N5,000 transport grant is another talakawa policy

Punch

By Abimbola Adelakun

On Tuesday, the Minister of Finance, Budget and National Planning, Zainab Ahmed, announced the Federal Government’s plans to remove fuel subsidies by mid-2022. To justify the fuel subsidy removal, Ahmed echoed the same old criticism of the subsidies being unsustainable. To couch the effect of the hardship sure to follow, she added that they would be giving a N5,000 monthly grant to 30 to 40 million poor and deserving Nigerians. We need not waste time debating which class of Nigerians should qualify as “deserving,” given how much their shabby economic policies have depreciated the quality of life. Things have been so bad that almost 90 percent of the entire country would deserve any relief program.

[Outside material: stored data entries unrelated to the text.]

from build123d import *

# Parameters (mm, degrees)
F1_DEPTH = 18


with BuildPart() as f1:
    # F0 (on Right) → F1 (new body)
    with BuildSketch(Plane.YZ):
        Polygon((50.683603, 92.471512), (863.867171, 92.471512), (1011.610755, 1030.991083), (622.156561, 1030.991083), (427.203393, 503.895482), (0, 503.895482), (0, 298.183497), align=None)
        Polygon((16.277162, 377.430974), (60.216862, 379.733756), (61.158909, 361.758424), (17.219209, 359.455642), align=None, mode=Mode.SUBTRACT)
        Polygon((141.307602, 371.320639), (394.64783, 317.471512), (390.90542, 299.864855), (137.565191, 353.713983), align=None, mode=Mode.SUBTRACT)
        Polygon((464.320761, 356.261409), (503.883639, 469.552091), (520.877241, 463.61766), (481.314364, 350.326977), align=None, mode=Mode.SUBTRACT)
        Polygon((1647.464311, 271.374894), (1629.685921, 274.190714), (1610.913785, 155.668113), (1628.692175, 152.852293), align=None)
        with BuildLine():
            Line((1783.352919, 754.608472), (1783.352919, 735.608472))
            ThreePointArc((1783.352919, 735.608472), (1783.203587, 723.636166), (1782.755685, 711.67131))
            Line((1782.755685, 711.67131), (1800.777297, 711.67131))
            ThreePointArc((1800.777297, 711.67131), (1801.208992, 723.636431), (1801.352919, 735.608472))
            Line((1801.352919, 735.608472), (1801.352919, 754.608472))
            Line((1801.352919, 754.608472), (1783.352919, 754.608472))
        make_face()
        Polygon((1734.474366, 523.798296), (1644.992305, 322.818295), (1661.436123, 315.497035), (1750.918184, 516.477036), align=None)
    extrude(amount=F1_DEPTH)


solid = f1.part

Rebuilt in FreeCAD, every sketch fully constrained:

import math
import FreeCAD as App
import Part
import Sketcher


def add_polygon(sketch, points):
    """Adds a closed chain of lines whose ends are joined by coincident constraints."""
    first, n = sketch.GeometryCount, len(points)
    for a, b in zip(points, points[1:] + points[:1]):
        sketch.addGeometry(Part.LineSegment(App.Vector(*a, 0), App.Vector(*b, 0)), False)
    for i in range(n):
        sketch.addConstraint(Sketcher.Constraint("Coincident", first + i, 2, first + (i + 1) % n, 1))

doc = App.newDocument("Part")
body = doc.addObject("PartDesign::Body", "Body")
body.AllowCompound = True

# Sketch on YZ plane
sketch1 = body.newObject("Sketcher::SketchObject", "Sketch")
sketch1.AttachmentSupport = (doc.getObject("YZ_Plane"), [""])
sketch1.MapMode = "FlatFace"
add_polygon(sketch1, [(50.683603, 92.471512), (863.867171, 92.471512), (1011.610755, 1030.991083), (622.156561, 1030.991083), (427.203393, 503.895482), (0, 503.895482), (0, 298.183497)])  # lines 0-6
add_polygon(sketch1, [(137.565191, 353.713983), (141.307602, 371.320639), (394.64783, 317.471512), (390.90542, 299.864855)])  # lines 7-10
add_polygon(sketch1, [(17.219209, 359.455642), (16.277162, 377.430974), (60.216862, 379.733756), (61.158909, 361.758424)])  # lines 11-14
add_polygon(sketch1, [(481.314364, 350.326977), (464.320761, 356.261409), (503.883639, 469.552091), (520.877241, 463.61766)])  # lines 15-18
add_polygon(sketch1, [(1647.464311, 271.374894), (1629.685921, 274.190714), (1610.913785, 155.668113), (1628.692175, 152.852293)])  # lines 19-22
sketch1.addGeometry(Part.LineSegment(App.Vector(1783.352919, 754.608472, 0), App.Vector(1783.352919, 735.608472, 0)), False)  # 23
sketch1.addGeometry(Part.ArcOfCircle(Part.Circle(App.Vector(1303.352265, 735.608493, 0), App.Vector(0, 0, 1), 480.000654), math.radians(-2.858472), math.radians(-0.000003)), False)  # 24
sketch1.addGeometry(Part.LineSegment(App.Vector(1782.755685, 711.67131, 0), App.Vector(1800.777297, 711.67131, 0)), False)  # 25
sketch1.addGeometry(Part.ArcOfCircle(Part.Circle(App.Vector(1303.350877, 735.60853, 0), App.Vector(0, 0, 1), 498.002042), math.radians(-2.75507), math.radians(-0.000007)), False)  # 26
sketch1.addGeometry(Part.LineSegment(App.Vector(1801.352919, 735.608472, 0), App.Vector(1801.352919, 754.608472, 0)), False)  # 27
sketch1.addGeometry(Part.LineSegment(App.Vector(1801.352919, 754.608472, 0), App.Vector(1783.352919, 754.608472, 0)), False)  # 28
add_polygon(sketch1, [(1734.474366, 523.798296), (1644.992305, 322.818295), (1661.436123, 315.497035), (1750.918184, 516.477036)])  # lines 29-32
sketch1.addConstraint([
    Sketcher.Constraint("Coincident", 23, 2, 24, 2),
    Sketcher.Constraint("Coincident", 24, 1, 25, 1),
    Sketcher.Constraint("Coincident", 25, 2, 26, 1),
    Sketcher.Constraint("Coincident", 26, 2, 27, 1),
    Sketcher.Constraint("Coincident", 27, 2, 28, 1),
    Sketcher.Constraint("Coincident", 28, 2, 23, 1),
    Sketcher.Constraint("Horizontal", 0),
    Sketcher.Constraint("Horizontal", 2),
    Sketcher.Constraint("Horizontal", 4),
    Sketcher.Constraint("Vertical", 5),
    Sketcher.Constraint("Vertical", 23),
    Sketcher.Constraint("Horizontal", 25),
    Sketcher.Constraint("Vertical", 27),
    Sketcher.Constraint("Horizontal", 28),
    Sketcher.Constraint("PointOnObject", 4, 2, -2),
    Sketcher.Constraint("DistanceX", 28, 2, 28, 1, 18.0),
    Sketcher.Constraint("DistanceY", 23, 2, 23, 1, 19.0),
    Sketcher.Constraint("DistanceY", 27, 1, 27, 2, 19.0),
    Sketcher.Constraint("Distance", 7, 17.999999),
    Sketcher.Constraint("Distance", 8, 258.999999),
    Sketcher.Constraint("Distance", 9, 18.0),
    Sketcher.Constraint("Distance", 10, 259.0),
    Sketcher.Constraint("Distance", 11, 18.0),
    Sketcher.Constraint("Distance", 12, 44.0),
    Sketcher.Constraint("Distance", 13, 18.0),
    Sketcher.Constraint("Distance", 14, 44.0),
    Sketcher.Constraint("Distance", 15, 18.000001),
    Sketcher.Constraint("Distance", 16, 120.0),
    Sketcher.Constraint("Distance", 17, 17.999999),
    Sketcher.Constraint("Distance", 18, 120.0),
    Sketcher.Constraint("Distance", 19, 18.0),
    Sketcher.Constraint("Distance", 20, 120.0),
    Sketcher.Constraint("Distance", 21, 18.0),
    Sketcher.Constraint("Distance", 22, 120.0),
    Sketcher.Constraint("Distance", 29, 220.0),
    Sketcher.Constraint("Distance", 30, 18.0),
    Sketcher.Constraint("Distance", 31, 220.0),
    Sketcher.Constraint("Distance", 32, 18.0),
    Sketcher.Constraint("DistanceY", 6, 2, 8, 2, 225.0),
    Sketcher.Constraint("Radius", 26, 498.002042),
    Sketcher.Constraint("DistanceY", 30, 2, 31, 2, 200.980001),
    Sketcher.Constraint("Radius", 24, 480.000654),
    Sketcher.Constraint("DistanceX", 6, 2, 7, 2, 90.623999),
    Sketcher.Constraint("DistanceY", 21, 2, 29, 2, 169.966002),
    Sketcher.Constraint("DistanceX", 0, 1, 0, 2, 813.183568),
    Sketcher.Constraint("DistanceX", -1, 1, 7, 2, 141.307602),
    Sketcher.Constraint("DistanceY", 3, 2, 2, 2, 527.095601),
    Sketcher.Constraint("DistanceY", 10, 2, 4, 2, 150.181499),
    Sketcher.Constraint("DistanceX", 11, 2, 12, 2, 43.9397),
    Sketcher.Constraint("DistanceY", 0, 2, 19, 2, 181.719202),
    Sketcher.Constraint("DistanceY", 20, 2, 19, 2, 118.522601),
    Sketcher.Constraint("DistanceY", 21, 2, 24, 3, 582.7562),
    Sketcher.Constraint("DistanceX", 19, 2, 30, 2, 31.750202),
    Sketcher.Constraint("DistanceX", 31, 2, 24, 1, 31.837501),
    Sketcher.Constraint("Distance", 6, 211.86375),
    Sketcher.Constraint("DistanceX", 2, 2, 2, 1, 389.454194),
    Sketcher.Constraint("DistanceX", 4, 2, 4, 1, 427.203393),
    Sketcher.Constraint("DistanceX", 25, 1, 25, 2, 18.021612),
    Sketcher.Constraint("DistanceY", 5, 2, 5, 1, 205.711985),
    Sketcher.Constraint("DistanceY", -1, 1, 26, 3, 735.60853),
    Sketcher.Constraint("DistanceX", -1, 1, 2, 2, 622.156561),
    Sketcher.Constraint("DistanceY", -1, 1, 3, 2, 503.895482),
    Sketcher.Constraint("DistanceY", -1, 1, 7, 2, 371.320639),
    Sketcher.Constraint("DistanceX", -1, 1, 13, 2, 61.158909),
    Sketcher.Constraint("DistanceY", -1, 1, 14, 2, 359.455642),
    Sketcher.Constraint("DistanceX", -1, 1, 15, 2, 464.320761),
    Sketcher.Constraint("DistanceY", -1, 1, 15, 2, 356.261409),
    Sketcher.Constraint("DistanceX", -1, 1, 16, 2, 503.883639),
    Sketcher.Constraint("DistanceX", -1, 1, 17, 2, 520.877241),
    Sketcher.Constraint("DistanceX", -1, 1, 19, 2, 1629.685921),
    Sketcher.Constraint("DistanceX", -1, 1, 22, 2, 1647.464311),
    Sketcher.Constraint("DistanceY", -1, 1, 23, 2, 735.608472),
    Sketcher.Constraint("DistanceX", 11, 2, 10, 2, 121.288029),
    Sketcher.Constraint("DistanceX", 20, 2, 29, 2, 34.07852),
])
pad1 = body.newObject("PartDesign::Pad", "Pad")
pad1.Profile = sketch1
pad1.Length = 18

doc.recompute()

Unfortunately, their proposed N5000 monthly allowance is merely another talakawa policy. It will cost the government a lot of money but will ultimately achieve nothing. In the past six years, this regime has introduced several talakawa policies such as the Conditional Cash Transfer that led Vice President Yemi Osinbajo to distribute N10,000 in the market; the N-Power scheme that pays N30,000 stipend to youths to enhance their skills; the school feeding project, and the Special Public Works programme touted to potentially employ 774, 000 youths throughout the country. None of these talakawa programs have alleviated poverty; they have merely deepened it. The N5,000 transport grant will not be different.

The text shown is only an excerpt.